Sofia and Freya @goo

イギリス映画&ドラマ、英語と異文化(国際結婚の家族の話)、昔いたファッション業界のことなど雑多なほぼ日記

ロケットマン2回目

2019-08-26 06:08:00 | その他の映画・ドラマ・舞台


正直に言ってしまえば、エルトン・ジョンは私にとって「良い曲を書く人」「ド派手な趣味の悪いおじさん」だった。パパゲーノみたいな衣装を着てなければ「ずんぐりむっくりの良い曲を書いて歌う人」だ。映画「ロケットマン」の中でもそのことが描かれていていた。

親に認められなかったので、自己顕示欲が人一倍どころか人百倍あって、音楽の才能も天才、なのにずんぐりむっくりで若ハゲというロックミュージシャンとしては致命的なハンデを克服するためのキンキラキンも、やはりレジェンドの域まで達すると、そしてこうしてハンサムなタロンくんが演じた後にエルトン本人を見ると愛らしくさえ見える。

完全に総指揮マシュー・ヴォーンとエルトン本人の狙い通り、と感じる。


ところで中2日おいてまた劇場に見に行った時、実は5時半起きの仕事帰りでその日は職場の新聞マンガを根詰めて仕上げたので消耗していて頭痛もあったので、これは寝てしまうかも・・・と思ったのに、初回と同じで始めから終わりまでずーっと集中して見てしまった。

何がそんなに良かったのかというと、

「親に認められない、支配される」ことは私も背負っているので刺さるのだ。昔、信頼できる先輩に「親に〜〜と言われた」と悩みを打ち明けたら、「なんでそんなこと気にするの?気にしなければいいじゃない」と言われたことがあって、人によって親の言うことが気にならない人もいるのだと初めて知った。

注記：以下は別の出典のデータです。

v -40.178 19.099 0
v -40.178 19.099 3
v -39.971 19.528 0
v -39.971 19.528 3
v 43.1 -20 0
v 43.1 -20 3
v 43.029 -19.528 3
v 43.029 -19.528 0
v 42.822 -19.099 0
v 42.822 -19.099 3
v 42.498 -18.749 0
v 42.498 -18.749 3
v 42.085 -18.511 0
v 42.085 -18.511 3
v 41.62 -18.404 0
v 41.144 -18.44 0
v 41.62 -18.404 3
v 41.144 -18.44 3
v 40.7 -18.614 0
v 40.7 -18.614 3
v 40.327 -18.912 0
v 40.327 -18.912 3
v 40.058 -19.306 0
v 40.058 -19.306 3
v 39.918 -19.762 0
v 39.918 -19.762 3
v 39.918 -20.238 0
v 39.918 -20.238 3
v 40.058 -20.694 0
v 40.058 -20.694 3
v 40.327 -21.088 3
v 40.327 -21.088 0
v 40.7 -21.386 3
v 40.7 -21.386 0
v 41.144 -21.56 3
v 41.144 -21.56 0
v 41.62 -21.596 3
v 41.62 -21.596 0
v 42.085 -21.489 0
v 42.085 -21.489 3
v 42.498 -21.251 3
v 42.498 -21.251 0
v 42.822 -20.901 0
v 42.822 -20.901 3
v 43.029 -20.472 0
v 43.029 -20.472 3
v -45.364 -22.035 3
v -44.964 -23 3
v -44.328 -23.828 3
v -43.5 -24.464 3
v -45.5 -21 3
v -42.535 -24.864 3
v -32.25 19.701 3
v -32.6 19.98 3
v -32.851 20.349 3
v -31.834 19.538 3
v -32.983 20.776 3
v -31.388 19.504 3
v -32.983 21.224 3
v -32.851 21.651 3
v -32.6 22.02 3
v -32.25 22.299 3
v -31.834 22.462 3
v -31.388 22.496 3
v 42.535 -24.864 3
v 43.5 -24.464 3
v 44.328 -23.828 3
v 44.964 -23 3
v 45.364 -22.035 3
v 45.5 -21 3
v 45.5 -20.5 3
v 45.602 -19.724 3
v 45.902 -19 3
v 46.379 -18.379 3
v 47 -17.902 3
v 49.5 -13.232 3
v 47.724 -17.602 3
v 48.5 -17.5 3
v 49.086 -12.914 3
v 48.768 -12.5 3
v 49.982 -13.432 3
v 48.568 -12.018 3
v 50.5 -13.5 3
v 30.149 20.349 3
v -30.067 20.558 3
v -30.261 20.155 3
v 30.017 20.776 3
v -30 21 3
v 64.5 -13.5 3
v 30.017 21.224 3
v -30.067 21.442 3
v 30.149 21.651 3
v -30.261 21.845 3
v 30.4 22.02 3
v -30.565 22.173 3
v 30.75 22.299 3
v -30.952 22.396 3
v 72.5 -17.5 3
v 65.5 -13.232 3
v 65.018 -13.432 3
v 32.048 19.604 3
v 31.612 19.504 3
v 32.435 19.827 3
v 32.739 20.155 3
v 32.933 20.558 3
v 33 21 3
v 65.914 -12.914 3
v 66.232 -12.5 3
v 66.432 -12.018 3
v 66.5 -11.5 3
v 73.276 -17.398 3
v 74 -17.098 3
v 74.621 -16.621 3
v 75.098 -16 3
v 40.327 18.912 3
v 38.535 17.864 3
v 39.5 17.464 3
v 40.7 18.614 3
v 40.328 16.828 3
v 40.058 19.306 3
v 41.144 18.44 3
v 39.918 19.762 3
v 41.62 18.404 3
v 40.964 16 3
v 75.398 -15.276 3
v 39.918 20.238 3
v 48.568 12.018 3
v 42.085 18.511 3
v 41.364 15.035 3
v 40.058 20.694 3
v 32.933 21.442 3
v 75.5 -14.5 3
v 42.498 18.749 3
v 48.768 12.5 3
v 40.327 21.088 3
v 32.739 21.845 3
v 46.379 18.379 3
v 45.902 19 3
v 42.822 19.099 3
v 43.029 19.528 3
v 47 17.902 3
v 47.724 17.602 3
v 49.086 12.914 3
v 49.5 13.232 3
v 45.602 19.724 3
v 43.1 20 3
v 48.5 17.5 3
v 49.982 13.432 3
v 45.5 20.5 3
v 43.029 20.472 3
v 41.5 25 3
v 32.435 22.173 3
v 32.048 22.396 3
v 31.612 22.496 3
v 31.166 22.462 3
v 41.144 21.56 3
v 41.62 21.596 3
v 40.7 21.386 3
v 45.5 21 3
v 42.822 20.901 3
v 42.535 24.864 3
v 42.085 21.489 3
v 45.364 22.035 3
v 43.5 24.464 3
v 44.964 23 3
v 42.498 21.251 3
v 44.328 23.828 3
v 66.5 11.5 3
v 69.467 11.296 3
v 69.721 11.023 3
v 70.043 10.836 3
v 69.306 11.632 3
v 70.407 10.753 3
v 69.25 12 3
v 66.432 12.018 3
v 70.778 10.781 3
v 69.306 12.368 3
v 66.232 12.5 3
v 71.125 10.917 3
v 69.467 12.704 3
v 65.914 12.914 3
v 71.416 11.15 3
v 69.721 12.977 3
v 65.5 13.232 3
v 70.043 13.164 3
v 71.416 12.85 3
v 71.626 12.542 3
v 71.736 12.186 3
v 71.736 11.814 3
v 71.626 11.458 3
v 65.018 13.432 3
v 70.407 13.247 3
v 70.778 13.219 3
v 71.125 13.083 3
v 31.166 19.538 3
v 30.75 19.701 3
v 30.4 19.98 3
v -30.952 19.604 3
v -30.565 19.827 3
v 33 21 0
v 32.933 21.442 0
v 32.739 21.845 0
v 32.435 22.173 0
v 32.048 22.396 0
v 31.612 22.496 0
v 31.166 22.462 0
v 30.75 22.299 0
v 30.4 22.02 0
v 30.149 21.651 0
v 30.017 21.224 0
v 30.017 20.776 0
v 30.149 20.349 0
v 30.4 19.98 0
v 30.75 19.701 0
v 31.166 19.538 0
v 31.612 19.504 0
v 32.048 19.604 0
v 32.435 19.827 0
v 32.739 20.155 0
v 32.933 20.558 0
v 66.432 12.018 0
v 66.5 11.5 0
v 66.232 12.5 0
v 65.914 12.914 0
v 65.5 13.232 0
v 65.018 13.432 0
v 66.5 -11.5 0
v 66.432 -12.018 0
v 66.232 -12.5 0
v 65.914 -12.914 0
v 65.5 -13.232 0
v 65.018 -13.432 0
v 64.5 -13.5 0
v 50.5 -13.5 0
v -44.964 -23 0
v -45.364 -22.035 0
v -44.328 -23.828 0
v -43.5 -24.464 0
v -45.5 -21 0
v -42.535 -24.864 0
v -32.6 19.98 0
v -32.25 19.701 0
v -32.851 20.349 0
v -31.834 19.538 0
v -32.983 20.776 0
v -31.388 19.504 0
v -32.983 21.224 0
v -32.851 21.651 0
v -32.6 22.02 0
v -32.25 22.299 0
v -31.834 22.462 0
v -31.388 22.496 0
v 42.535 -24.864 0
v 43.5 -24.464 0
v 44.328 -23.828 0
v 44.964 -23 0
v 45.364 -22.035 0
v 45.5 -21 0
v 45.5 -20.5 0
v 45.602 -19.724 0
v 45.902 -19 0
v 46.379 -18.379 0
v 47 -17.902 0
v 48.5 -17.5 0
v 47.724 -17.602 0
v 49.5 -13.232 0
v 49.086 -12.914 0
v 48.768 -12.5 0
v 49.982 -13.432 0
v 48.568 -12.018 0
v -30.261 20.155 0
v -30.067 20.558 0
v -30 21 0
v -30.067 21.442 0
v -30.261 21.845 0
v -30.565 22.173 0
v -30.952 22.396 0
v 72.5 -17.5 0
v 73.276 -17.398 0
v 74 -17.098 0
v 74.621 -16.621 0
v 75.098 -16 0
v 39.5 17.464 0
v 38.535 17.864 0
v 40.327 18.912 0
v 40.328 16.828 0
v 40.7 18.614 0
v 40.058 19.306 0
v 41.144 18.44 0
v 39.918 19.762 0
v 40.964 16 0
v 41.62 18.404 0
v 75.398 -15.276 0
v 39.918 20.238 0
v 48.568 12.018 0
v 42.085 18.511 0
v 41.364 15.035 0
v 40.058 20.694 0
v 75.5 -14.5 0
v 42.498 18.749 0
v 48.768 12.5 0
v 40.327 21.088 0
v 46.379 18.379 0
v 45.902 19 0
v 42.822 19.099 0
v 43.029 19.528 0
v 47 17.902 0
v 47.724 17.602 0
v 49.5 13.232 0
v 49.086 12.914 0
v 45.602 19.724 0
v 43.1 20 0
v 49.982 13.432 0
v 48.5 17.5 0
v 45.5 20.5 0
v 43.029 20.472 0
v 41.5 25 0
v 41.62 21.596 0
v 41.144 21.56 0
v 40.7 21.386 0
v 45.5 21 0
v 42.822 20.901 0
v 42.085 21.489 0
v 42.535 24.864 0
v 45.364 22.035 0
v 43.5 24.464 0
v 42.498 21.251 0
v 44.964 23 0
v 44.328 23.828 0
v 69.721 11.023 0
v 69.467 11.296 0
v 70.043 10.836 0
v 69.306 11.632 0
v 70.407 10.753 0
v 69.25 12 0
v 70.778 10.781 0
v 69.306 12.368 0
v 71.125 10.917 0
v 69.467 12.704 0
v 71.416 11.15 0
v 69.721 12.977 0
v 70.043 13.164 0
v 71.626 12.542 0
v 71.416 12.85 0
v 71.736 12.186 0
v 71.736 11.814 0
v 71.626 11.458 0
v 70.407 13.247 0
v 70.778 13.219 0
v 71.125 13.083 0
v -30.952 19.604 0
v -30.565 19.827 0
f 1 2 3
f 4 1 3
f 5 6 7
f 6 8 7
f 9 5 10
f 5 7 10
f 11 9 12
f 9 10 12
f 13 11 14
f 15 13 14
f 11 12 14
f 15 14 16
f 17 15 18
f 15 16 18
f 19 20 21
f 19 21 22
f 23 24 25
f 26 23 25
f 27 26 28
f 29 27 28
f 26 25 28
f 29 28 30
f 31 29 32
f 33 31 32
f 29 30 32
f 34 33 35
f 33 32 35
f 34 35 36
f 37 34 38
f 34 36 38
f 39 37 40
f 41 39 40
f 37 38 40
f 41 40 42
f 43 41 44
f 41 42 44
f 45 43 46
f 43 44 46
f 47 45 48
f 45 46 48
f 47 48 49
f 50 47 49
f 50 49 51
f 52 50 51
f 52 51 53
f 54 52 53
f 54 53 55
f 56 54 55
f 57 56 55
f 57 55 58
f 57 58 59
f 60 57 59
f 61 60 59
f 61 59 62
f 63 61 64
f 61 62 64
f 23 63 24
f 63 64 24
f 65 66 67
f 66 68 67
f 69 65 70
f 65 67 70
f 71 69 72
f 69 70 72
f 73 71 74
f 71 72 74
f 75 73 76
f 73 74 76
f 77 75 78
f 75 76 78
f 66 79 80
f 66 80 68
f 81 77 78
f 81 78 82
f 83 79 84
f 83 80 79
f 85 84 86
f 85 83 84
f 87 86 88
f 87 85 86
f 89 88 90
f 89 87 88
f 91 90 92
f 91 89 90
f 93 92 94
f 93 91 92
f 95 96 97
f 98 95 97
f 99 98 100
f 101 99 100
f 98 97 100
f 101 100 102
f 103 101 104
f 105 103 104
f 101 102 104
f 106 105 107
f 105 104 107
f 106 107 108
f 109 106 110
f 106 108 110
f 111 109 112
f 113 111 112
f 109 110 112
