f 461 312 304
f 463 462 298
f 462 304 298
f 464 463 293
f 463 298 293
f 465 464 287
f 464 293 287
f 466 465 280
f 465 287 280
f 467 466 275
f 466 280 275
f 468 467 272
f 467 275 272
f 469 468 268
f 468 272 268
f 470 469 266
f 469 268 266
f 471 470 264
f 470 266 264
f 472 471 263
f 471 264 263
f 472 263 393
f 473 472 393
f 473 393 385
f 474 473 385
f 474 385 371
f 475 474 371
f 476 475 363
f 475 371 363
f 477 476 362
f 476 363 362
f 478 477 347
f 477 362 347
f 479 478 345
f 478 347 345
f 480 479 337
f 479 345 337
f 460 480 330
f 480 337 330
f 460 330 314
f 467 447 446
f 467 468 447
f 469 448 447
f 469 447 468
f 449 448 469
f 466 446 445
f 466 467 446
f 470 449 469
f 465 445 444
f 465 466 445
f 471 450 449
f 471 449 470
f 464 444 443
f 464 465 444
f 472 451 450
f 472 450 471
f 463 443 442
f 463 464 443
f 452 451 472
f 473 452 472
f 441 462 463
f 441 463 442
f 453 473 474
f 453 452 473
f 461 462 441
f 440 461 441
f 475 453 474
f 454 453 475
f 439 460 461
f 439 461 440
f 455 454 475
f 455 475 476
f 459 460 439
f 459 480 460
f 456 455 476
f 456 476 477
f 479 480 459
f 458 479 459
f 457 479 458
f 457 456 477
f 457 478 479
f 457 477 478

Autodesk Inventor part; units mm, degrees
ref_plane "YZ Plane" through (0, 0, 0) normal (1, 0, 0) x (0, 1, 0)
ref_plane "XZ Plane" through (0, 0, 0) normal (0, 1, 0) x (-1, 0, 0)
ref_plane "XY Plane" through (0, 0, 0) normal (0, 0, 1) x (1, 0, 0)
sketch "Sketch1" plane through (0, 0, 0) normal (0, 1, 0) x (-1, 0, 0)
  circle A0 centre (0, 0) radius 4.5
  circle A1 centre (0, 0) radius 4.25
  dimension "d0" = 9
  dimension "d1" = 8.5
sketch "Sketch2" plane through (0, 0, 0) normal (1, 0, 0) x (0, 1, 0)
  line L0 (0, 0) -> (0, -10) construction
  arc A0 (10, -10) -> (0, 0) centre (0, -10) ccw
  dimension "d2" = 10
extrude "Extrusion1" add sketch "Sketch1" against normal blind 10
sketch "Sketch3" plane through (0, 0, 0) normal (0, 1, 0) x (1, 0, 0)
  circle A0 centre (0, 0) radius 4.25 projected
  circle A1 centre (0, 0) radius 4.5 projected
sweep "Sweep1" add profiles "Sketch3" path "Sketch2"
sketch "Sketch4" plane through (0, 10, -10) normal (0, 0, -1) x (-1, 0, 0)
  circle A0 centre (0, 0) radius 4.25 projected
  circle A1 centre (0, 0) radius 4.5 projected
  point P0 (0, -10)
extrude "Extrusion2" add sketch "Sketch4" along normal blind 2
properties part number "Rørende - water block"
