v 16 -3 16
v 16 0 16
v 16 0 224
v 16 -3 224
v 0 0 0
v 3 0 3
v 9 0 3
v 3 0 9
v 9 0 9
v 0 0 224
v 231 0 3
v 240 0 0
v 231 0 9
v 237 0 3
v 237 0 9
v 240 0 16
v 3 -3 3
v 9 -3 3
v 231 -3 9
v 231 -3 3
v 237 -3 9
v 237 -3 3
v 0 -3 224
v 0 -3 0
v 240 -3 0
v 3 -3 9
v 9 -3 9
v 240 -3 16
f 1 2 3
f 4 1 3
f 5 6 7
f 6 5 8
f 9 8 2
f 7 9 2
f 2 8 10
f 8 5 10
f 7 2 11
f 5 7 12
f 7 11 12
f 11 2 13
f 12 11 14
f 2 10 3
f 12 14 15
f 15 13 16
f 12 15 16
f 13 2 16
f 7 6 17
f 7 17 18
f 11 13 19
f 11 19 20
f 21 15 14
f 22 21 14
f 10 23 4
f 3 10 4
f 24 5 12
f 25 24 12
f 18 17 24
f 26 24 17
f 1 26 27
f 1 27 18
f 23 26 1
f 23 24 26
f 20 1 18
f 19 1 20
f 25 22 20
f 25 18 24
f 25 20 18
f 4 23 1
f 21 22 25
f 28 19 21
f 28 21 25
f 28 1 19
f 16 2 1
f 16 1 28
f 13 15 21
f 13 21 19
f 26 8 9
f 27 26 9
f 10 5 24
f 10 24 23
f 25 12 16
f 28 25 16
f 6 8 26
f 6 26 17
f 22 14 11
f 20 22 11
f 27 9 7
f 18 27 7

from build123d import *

# Parameters (mm, degrees)
F1_W     = 240
F1_H     = 240
F1_W_2   = 6
F1_H_2   = 6
F1_W_3   = 208
F1_H_3   = 208
F2_DEPTH = 3
F3_DEPTH = 25
F8_W     = 6
F8_H     = 6
F8_W_2   = 16
F8_H_2   = 208
F9_DEPTH = 3.001


with BuildPart() as f2:
    # F1 (on Front) → F2 (new body)
    with BuildSketch(Plane.XZ):
        with Locations((120, 120)):
            Rectangle(F1_W, F1_H)
        with Locations((6, 234)):
            Rectangle(F1_W_2, F1_H_2, mode=Mode.SUBTRACT)
        with Locations((120, 120)):
            Rectangle(F1_W_3, F1_H_3, mode=Mode.SUBTRACT)
        with Locations((6, 234)):
            Rectangle(F1_W_2, F1_H_2)
    extrude(amount=F2_DEPTH)

    # F1 (on Front) → F3 (cut)
    with BuildSketch(Plane.XZ):
        with Locations((6, 234)):
            Rectangle(F1_W_2, F1_H_2)
    extrude(amount=F3_DEPTH, mode=Mode.SUBTRACT)

    # F5: F2 across plane


with BuildPart() as f2_1:
    add(f2.part)
    add(f2.part.mirror(Plane(origin=(120, -1.5, 120), x_dir=(0, -1, 0), z_dir=(-1, 0, 0))), mode=Mode.INTERSECT)

    # F7: F2 across plane


with BuildPart() as f2_2:
    add(f2_1.part)
    add(f2_1.part.mirror(Plane(origin=(120, -1.5, 120), x_dir=(1, 0, 0), z_dir=(0, 0, 1))), mode=Mode.INTERSECT)

    # F8 (on face) → F9 (cut, through all)
    with BuildSketch(Plane.XZ.offset(3)):
        Polygon((240, 240), (0, 240), (0, 224), (16, 224), (224, 224), (240, 224), align=None)
        with Locations((6, 234)):
            Rectangle(F8_W, F8_H, mode=Mode.SUBTRACT)
        with Locations((234, 234)):
            Rectangle(F8_W, F8_H, mode=Mode.SUBTRACT)
        with Locations((232, 120)):
            Rectangle(F8_W_2, F8_H_2)
    extrude(amount=-F9_DEPTH, mode=Mode.SUBTRACT)


solid = f2_2.part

でもうつ病の人に「気にしないでください」と言ったからといって病気が治るわけではないのと同じように、親に否定された思いはそう簡単には無くならない。

親と離れて自分を認めてくれる人と接してその傷が癒えても、また親と会った時には別の台詞が飛んできて、また打ちのめされることの繰り返しは映画と同じ。

映画ではリハビリ施設のエルトンの心の中で親に言いたいことを言って救われたようだったけれど、現実の親は変わらないし、せいぜいがリジーをハグしてインナーチャイルドを救ってあげることくらいしかできない。

そういうエルトンの姿を見て「ああ、わかるよ、わかる・・・」と胸いっぱいになる2時間なのでした。

その物語がタロンくんとジェイミー・ベルという視覚的に合ってるのか合ってないのかよくわからない(別次元の人たちにさえ思える)かわいいふたりと、

フェロモンの塊のようなリチャード・マッデンも「ボヘミアン・ラプソディ」とは別人のジョン・リードで、ここで改めて実在の人物も視点でこんなに変わるのね、と実感、

マッデン・リードの弟のようなレイ役チャーリー・ロウも花を添え、

70年代のミュージックシーン、イギリスとアメリカ大西洋を股にかけてのファンタジーを堪能できました。



ところで、このシーン、エルトンとバーニーの出会いのカフェが、またまた「リージェンシー・カフェ」なことも胸キュン。ここはマシュー・ヴォーンが監督した「レイヤー・ケーキ」やベン・ウィショーの「ロンドン・スパイ」でも撮影されたカフェで、その昔私がロンドンに住んでいた時のご近所さんなのでした。



アメリカ、 LA!!!って感動は、「ボヘミアン・ラプソディ」でも出てきたように、70年代当時のイギリスのミュージシャンにとって憧れの地なのですよね。「タワレコ」でも感動してましたね。イギリス人にとって、自由で美人さんの宝庫ってのが面白いなあ。確かにバーニーがパーティーで一緒になってた女の子はかわいかった。

アメリカのロックファンの女の子たちも、ロンドンから来たミュージシャンってことで、相思相愛の仲だったのですよね。既にビートルズやストーンズの先例もあるので。

その辺の楽しくも乱れていた夜のロックシーンのことを当事者のくせに冷静に見ていて曲(ファット・ボトムド・ガールズ)にまで作ってしまったのがクイーンのブライアン・メイ博士というのも思い出しました。